Почувствовав мое смущение, он всячески старался ободрить меня, сказал, что мизансцены в спектакле почти те же, что в Художественном театре.
— Если паче чаяния вы пойдете не туда, куда надо, я отведу вас за ручку. Главное, что от вас требуется, — забудьте на этот вечер Москвина и влюбитесь в меня, тогда все пойдет так, как надо, — пошутил Аполлонский.
Когда вечером, сильно волнуясь, я вошла в отведенную мне уборную, на столе лежало несколько роз и записка: «Желаю полного успеха! До встречи у цыган! Аполлонский». Это милое внимание принесло некоторое успокоение, но только до той минуты, когда я заняла свое место в цыганском хоре среди незнакомых актеров. Петь в Мариинском театре! Я боялась, что от страха не смогу {117} открыть рта. Зазвучали переборы гитары, и, помимо собственной воли, я привычно запела:
В час роковой,
Когда встретил тебя…
В полном недоумении услышала я звук собственного голоса. Он несся в зал легко, свободно и казался необычно сильным. Эта метаморфоза, которой, как я поняла потом, я была обязана замечательной акустике Мариинского театра, окрылила меня. А любящий взгляд Феди — Аполлонского окончательно погасил страх, я пела с увлеченней, с восторгом. Когда я кончила, в зале раздались аплодисменты. Напряженное состояние, неуверенность исчезли. Я чувствовала себя легко и свободно. Страхи, внушенные мне Константином Сергеевичем, оказались преувеличенными. В этом спектакле александринцы разговаривали просто, хотя, возможно, это была несколько иная простота, чем та, к которой я привыкла в Художественном театре. Что же касается Аполлонского, то играть с ним было просто наслаждением. В его отношении к Маше была такая большая любовь, такое душевное благородство, что влюбиться в него в тот вечер не составило для меня никакого труда. И когда в последней сцене, выбежав, я увидела на полу распростертого Федю, я сделала то, чего никогда не делала в спектакле Художественного театра: я закричала, отчаянно, на открытом звуке, и тут же, испугавшись собственного голоса, зажала рот ладонью. Этот крик, непроизвольно вырвавшийся у меня, я потом повторила в Художественном театре. Владимир Иванович одобрил его, сказав, что он вводит в сцену смерти Феди трагическую ноту, которой не хватало спектаклю.

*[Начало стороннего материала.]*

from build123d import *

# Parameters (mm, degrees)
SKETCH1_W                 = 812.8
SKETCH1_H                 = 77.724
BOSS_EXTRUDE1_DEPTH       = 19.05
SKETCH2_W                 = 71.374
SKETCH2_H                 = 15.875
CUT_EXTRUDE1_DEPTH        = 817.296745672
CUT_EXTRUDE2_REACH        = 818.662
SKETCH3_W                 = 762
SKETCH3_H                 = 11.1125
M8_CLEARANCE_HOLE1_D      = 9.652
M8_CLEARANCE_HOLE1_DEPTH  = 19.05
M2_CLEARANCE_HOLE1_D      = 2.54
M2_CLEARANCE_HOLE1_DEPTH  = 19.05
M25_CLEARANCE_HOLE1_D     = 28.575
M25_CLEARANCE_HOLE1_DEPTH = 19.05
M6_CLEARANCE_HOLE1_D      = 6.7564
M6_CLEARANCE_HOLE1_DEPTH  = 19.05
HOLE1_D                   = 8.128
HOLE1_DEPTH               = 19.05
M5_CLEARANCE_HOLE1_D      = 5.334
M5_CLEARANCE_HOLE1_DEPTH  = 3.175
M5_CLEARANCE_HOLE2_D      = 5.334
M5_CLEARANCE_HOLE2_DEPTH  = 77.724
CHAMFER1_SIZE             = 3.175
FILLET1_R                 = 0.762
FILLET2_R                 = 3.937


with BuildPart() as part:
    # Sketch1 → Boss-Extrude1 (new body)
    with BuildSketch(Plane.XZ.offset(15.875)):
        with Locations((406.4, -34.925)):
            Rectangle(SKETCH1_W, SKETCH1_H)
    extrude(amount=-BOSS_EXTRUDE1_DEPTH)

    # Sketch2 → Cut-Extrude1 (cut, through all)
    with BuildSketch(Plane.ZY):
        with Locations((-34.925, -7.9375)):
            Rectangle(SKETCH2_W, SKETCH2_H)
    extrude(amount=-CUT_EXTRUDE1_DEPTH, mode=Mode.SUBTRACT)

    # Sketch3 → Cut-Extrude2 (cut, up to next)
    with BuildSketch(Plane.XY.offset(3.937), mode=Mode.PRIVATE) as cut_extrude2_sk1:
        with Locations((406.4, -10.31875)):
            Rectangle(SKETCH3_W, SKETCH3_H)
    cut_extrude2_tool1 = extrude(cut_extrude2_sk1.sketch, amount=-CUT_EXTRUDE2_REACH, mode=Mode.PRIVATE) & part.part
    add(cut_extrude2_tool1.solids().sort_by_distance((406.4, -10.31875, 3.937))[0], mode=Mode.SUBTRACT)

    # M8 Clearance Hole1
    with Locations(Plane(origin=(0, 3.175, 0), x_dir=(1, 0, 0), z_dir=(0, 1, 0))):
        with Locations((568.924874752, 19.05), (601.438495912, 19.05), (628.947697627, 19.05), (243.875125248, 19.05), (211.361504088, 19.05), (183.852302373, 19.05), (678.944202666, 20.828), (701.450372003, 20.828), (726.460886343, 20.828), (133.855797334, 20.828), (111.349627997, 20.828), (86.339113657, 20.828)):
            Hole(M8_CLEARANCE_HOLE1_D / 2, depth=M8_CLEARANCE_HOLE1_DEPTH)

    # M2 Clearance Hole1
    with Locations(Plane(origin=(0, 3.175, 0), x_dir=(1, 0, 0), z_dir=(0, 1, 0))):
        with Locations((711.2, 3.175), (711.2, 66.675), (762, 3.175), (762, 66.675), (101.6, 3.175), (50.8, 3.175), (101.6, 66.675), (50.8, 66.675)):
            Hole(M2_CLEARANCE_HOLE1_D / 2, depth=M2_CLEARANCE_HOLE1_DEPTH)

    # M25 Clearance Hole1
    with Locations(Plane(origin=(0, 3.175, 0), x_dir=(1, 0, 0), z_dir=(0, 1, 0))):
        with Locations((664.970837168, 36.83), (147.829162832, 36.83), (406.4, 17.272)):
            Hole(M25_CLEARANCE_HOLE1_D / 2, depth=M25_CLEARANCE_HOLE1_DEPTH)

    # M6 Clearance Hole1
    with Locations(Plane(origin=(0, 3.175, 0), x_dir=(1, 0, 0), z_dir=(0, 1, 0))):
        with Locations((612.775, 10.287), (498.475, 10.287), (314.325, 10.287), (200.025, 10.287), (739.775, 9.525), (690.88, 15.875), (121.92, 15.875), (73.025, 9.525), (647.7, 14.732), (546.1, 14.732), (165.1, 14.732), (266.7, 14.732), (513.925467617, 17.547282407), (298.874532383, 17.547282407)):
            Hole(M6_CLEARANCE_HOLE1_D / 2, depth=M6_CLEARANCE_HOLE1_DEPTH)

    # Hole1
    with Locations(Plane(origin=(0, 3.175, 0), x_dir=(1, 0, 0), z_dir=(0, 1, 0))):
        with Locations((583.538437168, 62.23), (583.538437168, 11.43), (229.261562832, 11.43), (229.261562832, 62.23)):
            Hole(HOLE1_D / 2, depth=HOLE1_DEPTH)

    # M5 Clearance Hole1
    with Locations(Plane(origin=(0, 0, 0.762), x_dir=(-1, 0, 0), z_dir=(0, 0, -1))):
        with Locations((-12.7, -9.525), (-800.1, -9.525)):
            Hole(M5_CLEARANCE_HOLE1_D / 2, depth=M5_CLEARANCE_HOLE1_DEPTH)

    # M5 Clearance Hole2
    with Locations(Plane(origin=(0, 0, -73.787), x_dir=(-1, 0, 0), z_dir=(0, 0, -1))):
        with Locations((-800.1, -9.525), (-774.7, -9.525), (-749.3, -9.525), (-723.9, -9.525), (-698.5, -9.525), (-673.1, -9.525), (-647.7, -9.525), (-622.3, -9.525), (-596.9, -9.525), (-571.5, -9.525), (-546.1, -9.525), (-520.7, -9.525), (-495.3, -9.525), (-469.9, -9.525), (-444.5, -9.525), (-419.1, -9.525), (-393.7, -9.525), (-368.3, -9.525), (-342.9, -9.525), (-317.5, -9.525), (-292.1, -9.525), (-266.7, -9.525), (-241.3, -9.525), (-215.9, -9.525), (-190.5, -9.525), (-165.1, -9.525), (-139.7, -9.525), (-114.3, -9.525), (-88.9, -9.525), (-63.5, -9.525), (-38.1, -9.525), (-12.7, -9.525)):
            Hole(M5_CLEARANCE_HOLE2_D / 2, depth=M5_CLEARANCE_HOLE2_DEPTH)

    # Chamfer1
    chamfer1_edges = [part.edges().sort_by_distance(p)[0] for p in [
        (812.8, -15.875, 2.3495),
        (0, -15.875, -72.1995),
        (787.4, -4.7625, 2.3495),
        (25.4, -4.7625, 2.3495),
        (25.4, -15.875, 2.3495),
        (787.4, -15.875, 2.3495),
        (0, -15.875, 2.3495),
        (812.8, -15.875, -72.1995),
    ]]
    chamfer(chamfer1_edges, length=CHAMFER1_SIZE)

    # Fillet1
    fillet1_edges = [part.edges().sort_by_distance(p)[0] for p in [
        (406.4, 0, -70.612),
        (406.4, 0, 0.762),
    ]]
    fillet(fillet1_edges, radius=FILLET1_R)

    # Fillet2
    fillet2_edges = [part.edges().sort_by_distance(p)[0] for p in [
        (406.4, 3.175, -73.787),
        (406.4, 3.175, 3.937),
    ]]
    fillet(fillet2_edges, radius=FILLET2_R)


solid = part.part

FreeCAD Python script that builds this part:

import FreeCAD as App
import Part
import Sketcher
from FreeCAD import Vector
Q = App.Units.Quantity


def edges_at(feature, points):
    """Names of the edges that pass closest to the given points."""
    edges = feature.Shape.Edges
    near = lambda p: min(range(len(edges)), key=lambda i: edges[i].distToShape(Part.Vertex(*p))[0])
    return sorted({f"Edge{near(p) + 1}" for p in points})


def add_polygon(sketch, points):
    """Adds a closed chain of lines whose ends are joined by coincident constraints."""
    first, n = sketch.GeometryCount, len(points)
    for a, b in zip(points, points[1:] + points[:1]):
        sketch.addGeometry(Part.LineSegment(App.Vector(*a, 0), App.Vector(*b, 0)), False)
    for i in range(n):
        sketch.addConstraint(Sketcher.Constraint("Coincident", first + i, 2, first + (i + 1) % n, 1))

doc = App.newDocument("Part")
body = doc.addObject("PartDesign::Body", "Body")

sketch1 = doc.addObject("Sketcher::SketchObject", "Sketch")
body.addObject(sketch1)
sketch1.AttachmentSupport = (doc.XZ_Plane, [""])
sketch1.MapMode = "FlatFace"
sketch1.AttachmentOffset = App.Placement(Vector(0, 0, 0.625 * 25.4), App.Rotation())
add_polygon(sketch1, [(0, 4), (0, -74), (813, -74), (813, 4)])
sketch1.addConstraint([
    Sketcher.Constraint("Vertical", 0),
    Sketcher.Constraint("Horizontal", 1),
    Sketcher.Constraint("Vertical", 2),
    Sketcher.Constraint("Horizontal", 3),
    Sketcher.Constraint("PointOnObject", 0, 2, -2),
    Sketcher.Constraint("DistanceX", 1, 1, 1, 2, Q("32 in")),
    Sketcher.Constraint("DistanceY", 0, 2, 0, 1, Q("3.06 in")),
    Sketcher.Constraint("DistanceY", 0, 2, -1, 1, Q("2.905 in")),
])
pad1 = doc.addObject("PartDesign::Pad", "Pad")
body.addObject(pad1)
pad1.Profile = sketch1
pad1.Length = Q("0.75 in")
pad1.Reversed = True

sketch2 = doc.addObject("Sketcher::SketchObject", "Sketch001")
body.addObject(sketch2)
sketch2.AttachmentSupport = (doc.YZ_Plane, [""])
sketch2.MapMode = "FlatFace"
add_polygon(sketch2, [(0, -71), (-16, -71), (-16, 1), (0, 1)])
sketch2.addConstraint([
    Sketcher.Constraint("Horizontal", 0),
    Sketcher.Constraint("Vertical", 1),
    Sketcher.Constraint("Horizontal", 2),
    Sketcher.Constraint("Vertical", 3),
    Sketcher.Constraint("PointOnObject", 2, 2, -2),
    Sketcher.Constraint("DistanceY", 1, 1, 1, 2, Q("2.81 in")),
    Sketcher.Constraint("DistanceX", 0, 2, 0, 1, Q("0.625 in")),
    Sketcher.Constraint("DistanceY", 0, 2, -1, 1, Q("2.78 in")),
])
pocket1 = doc.addObject("PartDesign::Pocket", "Pocket")
body.addObject(pocket1)
pocket1.Profile = sketch2
pocket1.Type = "ThroughAll"
pocket1.Reversed = True

sketch3 = doc.addObject("Sketcher::SketchObject", "Sketch002")
body.addObject(sketch3)
sketch3.AttachmentSupport = (doc.XY_Plane, [""])
sketch3.MapMode = "FlatFace"
sketch3.AttachmentOffset = App.Placement(Vector(0, 0, 0.155 * 25.4), App.Rotation())
add_polygon(sketch3, [(25, -5), (25, -16), (787, -16), (787, -5)])
sketch3.addConstraint([
    Sketcher.Constraint("Vertical", 0),
    Sketcher.Constraint("Horizontal", 1),
    Sketcher.Constraint("Vertical", 2),
    Sketcher.Constraint("Horizontal", 3),
    Sketcher.Constraint("DistanceX", 1, 1, 1, 2, Q("30 in")),
    Sketcher.Constraint("DistanceX", -1, 1, 0, 2, Q("1 in")),
    Sketcher.Constraint("DistanceY", 0, 2, 0, 1, Q("0.4375 in")),
    Sketcher.Constraint("DistanceY", 0, 2, -1, 1, Q("0.625 in")),
])
pocket2 = doc.addObject("PartDesign::Pocket", "Pocket001")
body.addObject(pocket2)
pocket2.Profile = sketch3
pocket2.Type = "UpToFirst"

sketch4 = doc.addObject("Sketcher::SketchObject", "Sketch003")
body.addObject(sketch4)
sketch4.AttachmentSupport = (doc.XZ_Plane, [""])
sketch4.MapMode = "FlatFace"
sketch4.AttachmentOffset = App.Placement(Vector(0, 0, -0.125 * 25.4), App.Rotation())
sketch4.addGeometry([
    Part.Circle(Vector(568.9, -19.1, 0), Vector(0, 0, 1), 4.8),
    Part.Circle(Vector(601.4, -19.1, 0), Vector(0, 0, 1), 4.8),
    Part.Circle(Vector(628.9, -19.1, 0), Vector(0, 0, 1), 4.8),
    Part.Circle(Vector(243.9, -19.1, 0), Vector(0, 0, 1), 4.8),
    Part.Circle(Vector(211.4, -19.1, 0), Vector(0, 0, 1), 4.8),
    Part.Circle(Vector(183.9, -19.1, 0), Vector(0, 0, 1), 4.8),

Прославленные александринские актеры проявили ко мне большое внимание, которое и тронуло и смутило пеня. После конца спектакля они пришли меня поздравить. Аполлонский, обняв меня, сказал, что мое участие доставило ему большую радость. Мария Гавриловна Савина поблагодарила, чем привела меня в полную растерянность, и вручила нарядный мешочек с гостинцами, совсем такой, как дают детям на елке.